Answer with the exact lines of the following material from the one containing "#145=LINE('',#144,#34);" through the one containing "#152=EDGE_CURVE('',#143,#149,#151,.T.);", both end lines included.

** Opening Records provided block **

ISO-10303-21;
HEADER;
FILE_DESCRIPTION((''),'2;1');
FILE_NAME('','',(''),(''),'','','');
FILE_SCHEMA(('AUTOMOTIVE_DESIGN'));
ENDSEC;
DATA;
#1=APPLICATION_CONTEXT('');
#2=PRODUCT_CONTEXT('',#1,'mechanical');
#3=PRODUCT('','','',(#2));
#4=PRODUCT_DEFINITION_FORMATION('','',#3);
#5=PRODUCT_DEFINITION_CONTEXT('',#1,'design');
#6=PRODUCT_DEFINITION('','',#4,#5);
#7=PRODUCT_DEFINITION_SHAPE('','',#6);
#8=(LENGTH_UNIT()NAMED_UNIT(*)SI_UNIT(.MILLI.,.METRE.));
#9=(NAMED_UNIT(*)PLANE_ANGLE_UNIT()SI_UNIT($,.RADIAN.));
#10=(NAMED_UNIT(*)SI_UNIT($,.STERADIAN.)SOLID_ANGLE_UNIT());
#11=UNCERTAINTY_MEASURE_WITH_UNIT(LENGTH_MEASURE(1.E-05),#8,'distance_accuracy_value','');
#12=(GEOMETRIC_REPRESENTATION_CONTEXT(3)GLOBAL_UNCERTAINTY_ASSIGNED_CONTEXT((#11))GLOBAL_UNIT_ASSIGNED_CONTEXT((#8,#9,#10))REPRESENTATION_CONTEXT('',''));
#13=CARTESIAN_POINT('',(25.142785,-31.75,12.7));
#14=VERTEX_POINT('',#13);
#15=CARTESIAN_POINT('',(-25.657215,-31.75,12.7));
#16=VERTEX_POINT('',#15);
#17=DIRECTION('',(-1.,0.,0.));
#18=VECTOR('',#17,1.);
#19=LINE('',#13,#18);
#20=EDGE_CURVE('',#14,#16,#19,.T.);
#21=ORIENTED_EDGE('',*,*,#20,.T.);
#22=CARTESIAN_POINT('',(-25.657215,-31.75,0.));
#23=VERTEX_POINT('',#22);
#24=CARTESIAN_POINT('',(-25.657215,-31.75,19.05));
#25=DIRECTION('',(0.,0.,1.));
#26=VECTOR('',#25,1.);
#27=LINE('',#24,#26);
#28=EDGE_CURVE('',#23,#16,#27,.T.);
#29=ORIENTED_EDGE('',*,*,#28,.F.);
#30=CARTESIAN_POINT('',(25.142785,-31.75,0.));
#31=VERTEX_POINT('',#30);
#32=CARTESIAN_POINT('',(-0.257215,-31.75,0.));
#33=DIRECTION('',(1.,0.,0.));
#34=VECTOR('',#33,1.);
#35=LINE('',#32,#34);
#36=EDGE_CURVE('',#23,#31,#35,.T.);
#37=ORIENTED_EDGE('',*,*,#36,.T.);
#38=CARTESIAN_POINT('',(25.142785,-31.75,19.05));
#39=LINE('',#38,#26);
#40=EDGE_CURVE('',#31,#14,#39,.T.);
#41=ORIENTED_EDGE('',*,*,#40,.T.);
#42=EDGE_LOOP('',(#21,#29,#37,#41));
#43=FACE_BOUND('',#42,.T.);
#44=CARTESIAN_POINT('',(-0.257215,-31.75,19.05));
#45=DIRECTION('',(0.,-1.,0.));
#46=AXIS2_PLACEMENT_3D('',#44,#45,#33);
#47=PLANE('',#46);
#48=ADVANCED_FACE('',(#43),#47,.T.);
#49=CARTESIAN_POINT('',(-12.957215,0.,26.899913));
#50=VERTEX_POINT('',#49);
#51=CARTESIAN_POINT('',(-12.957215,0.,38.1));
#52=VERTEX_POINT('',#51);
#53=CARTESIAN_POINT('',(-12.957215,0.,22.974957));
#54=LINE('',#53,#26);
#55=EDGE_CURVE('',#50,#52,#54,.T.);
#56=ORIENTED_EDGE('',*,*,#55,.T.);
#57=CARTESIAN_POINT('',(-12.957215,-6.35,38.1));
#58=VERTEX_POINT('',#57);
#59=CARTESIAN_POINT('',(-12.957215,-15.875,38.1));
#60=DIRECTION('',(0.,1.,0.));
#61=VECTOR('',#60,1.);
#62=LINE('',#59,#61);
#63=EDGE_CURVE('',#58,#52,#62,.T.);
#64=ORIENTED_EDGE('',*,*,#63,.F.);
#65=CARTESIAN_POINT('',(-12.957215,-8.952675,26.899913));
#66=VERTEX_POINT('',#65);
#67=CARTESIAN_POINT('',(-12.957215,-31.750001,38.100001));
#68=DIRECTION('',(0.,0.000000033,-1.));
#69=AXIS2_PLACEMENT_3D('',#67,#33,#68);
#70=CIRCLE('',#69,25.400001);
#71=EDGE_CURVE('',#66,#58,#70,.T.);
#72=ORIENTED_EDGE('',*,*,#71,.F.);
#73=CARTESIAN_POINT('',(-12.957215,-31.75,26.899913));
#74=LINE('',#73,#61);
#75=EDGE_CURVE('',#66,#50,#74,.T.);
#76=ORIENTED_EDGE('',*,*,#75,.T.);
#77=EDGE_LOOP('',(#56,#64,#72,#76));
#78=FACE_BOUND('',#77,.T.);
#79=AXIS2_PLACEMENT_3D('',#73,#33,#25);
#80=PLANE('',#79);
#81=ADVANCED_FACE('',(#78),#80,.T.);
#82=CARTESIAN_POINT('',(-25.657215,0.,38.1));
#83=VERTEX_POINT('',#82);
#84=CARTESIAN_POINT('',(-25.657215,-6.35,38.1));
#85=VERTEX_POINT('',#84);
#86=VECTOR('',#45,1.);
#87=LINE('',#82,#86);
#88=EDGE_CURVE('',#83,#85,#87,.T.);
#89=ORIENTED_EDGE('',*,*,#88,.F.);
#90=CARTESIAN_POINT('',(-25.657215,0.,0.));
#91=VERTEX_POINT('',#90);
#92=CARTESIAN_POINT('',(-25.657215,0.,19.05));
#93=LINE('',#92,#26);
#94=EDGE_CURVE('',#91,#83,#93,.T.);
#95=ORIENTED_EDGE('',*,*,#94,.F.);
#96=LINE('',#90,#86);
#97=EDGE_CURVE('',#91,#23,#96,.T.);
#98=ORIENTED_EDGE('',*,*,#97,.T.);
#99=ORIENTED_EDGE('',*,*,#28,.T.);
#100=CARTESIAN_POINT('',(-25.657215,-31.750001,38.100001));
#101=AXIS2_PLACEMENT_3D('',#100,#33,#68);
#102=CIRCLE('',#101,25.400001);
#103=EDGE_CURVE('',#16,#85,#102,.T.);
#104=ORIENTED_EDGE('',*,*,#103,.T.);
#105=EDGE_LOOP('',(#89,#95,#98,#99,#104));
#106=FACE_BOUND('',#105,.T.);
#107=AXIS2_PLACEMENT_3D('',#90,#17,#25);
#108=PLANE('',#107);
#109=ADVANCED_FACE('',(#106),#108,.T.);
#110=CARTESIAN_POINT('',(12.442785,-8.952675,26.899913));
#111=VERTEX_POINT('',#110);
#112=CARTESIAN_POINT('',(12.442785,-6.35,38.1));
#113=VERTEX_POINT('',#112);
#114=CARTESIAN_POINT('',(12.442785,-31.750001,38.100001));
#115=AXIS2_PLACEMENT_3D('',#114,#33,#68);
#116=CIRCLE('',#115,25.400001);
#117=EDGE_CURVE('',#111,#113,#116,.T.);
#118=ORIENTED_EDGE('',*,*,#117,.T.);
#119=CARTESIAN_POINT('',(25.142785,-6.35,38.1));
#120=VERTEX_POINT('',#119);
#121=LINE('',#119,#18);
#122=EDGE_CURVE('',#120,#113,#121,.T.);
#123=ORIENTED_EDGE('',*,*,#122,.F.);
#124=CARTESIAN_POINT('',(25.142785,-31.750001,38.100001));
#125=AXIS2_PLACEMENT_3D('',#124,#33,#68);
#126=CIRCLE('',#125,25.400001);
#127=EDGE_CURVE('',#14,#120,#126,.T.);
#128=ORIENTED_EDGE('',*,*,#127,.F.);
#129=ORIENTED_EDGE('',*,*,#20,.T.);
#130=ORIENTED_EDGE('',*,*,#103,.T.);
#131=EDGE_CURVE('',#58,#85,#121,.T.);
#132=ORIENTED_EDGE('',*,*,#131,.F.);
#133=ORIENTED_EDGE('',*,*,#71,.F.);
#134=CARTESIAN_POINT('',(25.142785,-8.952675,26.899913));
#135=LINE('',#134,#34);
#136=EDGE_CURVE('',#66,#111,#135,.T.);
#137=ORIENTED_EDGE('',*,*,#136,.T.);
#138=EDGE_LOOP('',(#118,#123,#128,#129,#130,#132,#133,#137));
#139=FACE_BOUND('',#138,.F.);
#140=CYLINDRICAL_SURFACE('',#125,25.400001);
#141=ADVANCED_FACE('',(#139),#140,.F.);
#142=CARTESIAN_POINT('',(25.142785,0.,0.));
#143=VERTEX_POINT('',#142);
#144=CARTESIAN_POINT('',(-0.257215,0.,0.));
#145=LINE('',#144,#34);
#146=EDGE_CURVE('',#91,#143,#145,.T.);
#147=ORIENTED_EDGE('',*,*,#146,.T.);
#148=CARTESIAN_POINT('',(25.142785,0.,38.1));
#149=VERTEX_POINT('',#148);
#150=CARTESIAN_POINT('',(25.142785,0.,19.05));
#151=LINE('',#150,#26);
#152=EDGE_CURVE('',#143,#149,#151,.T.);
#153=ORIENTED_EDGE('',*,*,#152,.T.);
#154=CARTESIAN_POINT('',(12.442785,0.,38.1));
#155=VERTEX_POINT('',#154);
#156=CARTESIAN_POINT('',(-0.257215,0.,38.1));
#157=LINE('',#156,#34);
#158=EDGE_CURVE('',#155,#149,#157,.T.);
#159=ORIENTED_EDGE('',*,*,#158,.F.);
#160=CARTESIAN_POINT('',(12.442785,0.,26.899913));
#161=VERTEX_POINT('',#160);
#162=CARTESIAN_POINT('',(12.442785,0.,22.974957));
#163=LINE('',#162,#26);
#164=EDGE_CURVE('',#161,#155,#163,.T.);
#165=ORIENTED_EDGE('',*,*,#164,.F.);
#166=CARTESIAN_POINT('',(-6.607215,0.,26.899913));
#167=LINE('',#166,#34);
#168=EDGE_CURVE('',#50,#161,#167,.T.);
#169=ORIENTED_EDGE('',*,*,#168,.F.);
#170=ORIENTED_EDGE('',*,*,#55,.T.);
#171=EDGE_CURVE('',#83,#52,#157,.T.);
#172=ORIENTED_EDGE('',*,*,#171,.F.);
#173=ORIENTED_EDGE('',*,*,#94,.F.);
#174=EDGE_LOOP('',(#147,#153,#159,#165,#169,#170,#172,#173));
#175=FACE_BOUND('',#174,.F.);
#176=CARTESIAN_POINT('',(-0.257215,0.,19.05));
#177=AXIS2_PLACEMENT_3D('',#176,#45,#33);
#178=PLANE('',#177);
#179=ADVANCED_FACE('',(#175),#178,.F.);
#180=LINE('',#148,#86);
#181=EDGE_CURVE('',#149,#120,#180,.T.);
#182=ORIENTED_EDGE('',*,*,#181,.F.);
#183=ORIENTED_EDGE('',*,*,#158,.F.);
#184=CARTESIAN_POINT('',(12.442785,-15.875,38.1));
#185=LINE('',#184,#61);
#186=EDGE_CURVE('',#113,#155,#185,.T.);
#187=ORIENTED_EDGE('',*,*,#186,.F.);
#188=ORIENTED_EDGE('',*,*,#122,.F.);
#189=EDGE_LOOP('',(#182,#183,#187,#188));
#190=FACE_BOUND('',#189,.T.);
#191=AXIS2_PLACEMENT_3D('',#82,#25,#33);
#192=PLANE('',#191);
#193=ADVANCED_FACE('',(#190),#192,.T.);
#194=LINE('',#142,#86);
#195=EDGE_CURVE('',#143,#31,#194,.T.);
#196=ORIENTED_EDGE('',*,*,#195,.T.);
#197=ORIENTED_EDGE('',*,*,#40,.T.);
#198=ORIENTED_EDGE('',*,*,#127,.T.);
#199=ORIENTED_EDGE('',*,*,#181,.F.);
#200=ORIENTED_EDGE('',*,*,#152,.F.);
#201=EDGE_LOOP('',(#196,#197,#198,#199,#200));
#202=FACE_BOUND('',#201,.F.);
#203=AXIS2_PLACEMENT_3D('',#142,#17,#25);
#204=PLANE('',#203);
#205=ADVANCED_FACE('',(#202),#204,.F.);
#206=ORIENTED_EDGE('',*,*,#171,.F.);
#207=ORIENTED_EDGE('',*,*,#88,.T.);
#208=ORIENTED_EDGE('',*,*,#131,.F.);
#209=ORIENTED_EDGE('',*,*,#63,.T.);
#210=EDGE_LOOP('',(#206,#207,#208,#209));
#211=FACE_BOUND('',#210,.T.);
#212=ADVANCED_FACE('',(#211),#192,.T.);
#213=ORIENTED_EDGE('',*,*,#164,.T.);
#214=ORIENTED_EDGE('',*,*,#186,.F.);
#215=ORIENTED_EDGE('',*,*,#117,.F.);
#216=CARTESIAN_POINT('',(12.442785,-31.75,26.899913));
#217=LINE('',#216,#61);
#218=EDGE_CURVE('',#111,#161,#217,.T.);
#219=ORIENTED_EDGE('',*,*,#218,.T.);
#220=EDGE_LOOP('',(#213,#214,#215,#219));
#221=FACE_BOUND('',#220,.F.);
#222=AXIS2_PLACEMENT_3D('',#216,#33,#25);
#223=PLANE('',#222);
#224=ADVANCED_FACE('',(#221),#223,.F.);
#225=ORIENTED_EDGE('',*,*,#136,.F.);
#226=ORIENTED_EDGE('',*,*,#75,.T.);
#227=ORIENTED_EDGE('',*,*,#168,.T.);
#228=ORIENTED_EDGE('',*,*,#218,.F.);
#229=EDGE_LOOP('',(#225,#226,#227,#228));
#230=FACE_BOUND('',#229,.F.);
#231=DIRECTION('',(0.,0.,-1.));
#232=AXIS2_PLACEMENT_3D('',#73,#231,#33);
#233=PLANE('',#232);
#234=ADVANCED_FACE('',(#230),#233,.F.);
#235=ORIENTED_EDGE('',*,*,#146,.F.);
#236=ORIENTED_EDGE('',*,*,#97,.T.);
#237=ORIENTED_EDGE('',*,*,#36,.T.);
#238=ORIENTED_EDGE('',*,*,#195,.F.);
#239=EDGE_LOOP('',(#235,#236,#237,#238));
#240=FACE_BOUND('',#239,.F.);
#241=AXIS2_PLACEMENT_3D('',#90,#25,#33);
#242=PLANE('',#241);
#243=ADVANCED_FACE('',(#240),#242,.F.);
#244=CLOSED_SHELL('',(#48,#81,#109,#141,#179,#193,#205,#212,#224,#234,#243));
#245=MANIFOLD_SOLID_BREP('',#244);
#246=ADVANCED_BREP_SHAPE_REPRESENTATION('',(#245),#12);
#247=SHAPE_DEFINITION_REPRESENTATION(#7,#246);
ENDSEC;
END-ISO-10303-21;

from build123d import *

# Parameters (mm, degrees)
F0_W     = 50.8
F0_H     = 38.1
F1_DEPTH = 31.75
F3_DEPTH = 50.801
F4_W     = 25.4
F4_H     = 11.23293
F5_DEPTH = 31.751


with BuildPart() as f1:
    # F0 (on Front) → F1 (new body)
    with BuildSketch(Plane.XZ):
        with Locations((-0.257215, 19.05)):
            Rectangle(F0_W, F0_H)
    extrude(amount=F1_DEPTH)

    # F2 (on face) → F3 (cut, through all)
    with BuildSketch(Plane.YZ.offset(25.142785)):
        with BuildLine():
            ThreePointArc((-31.75, 12.7), (-13.789488, 20.139488), (-6.35, 38.1))
            Line((-6.35, 38.1), (-31.75, 38.1))
            Line((-31.75, 38.1), (-31.75, 12.7))
        make_face()
    extrude(amount=-F3_DEPTH, mode=Mode.SUBTRACT)

    # F4 (on face) → F5 (cut, through all)
    with BuildSketch(Plane.XZ.offset(31.75)):
        with Locations((-0.257215, 32.516378)):
            Rectangle(F4_W, F4_H)
    extrude(amount=-F5_DEPTH, mode=Mode.SUBTRACT)


solid = f1.part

** Closing Records provided block **

◆ **Task answer**:
#145=LINE('',#144,#34);
#146=EDGE_CURVE('',#91,#143,#145,.T.);
#147=ORIENTED_EDGE('',*,*,#146,.T.);
#148=CARTESIAN_POINT('',(25.142785,0.,38.1));
#149=VERTEX_POINT('',#148);
#150=CARTESIAN_POINT('',(25.142785,0.,19.05));
#151=LINE('',#150,#26);
#152=EDGE_CURVE('',#143,#149,#151,.T.);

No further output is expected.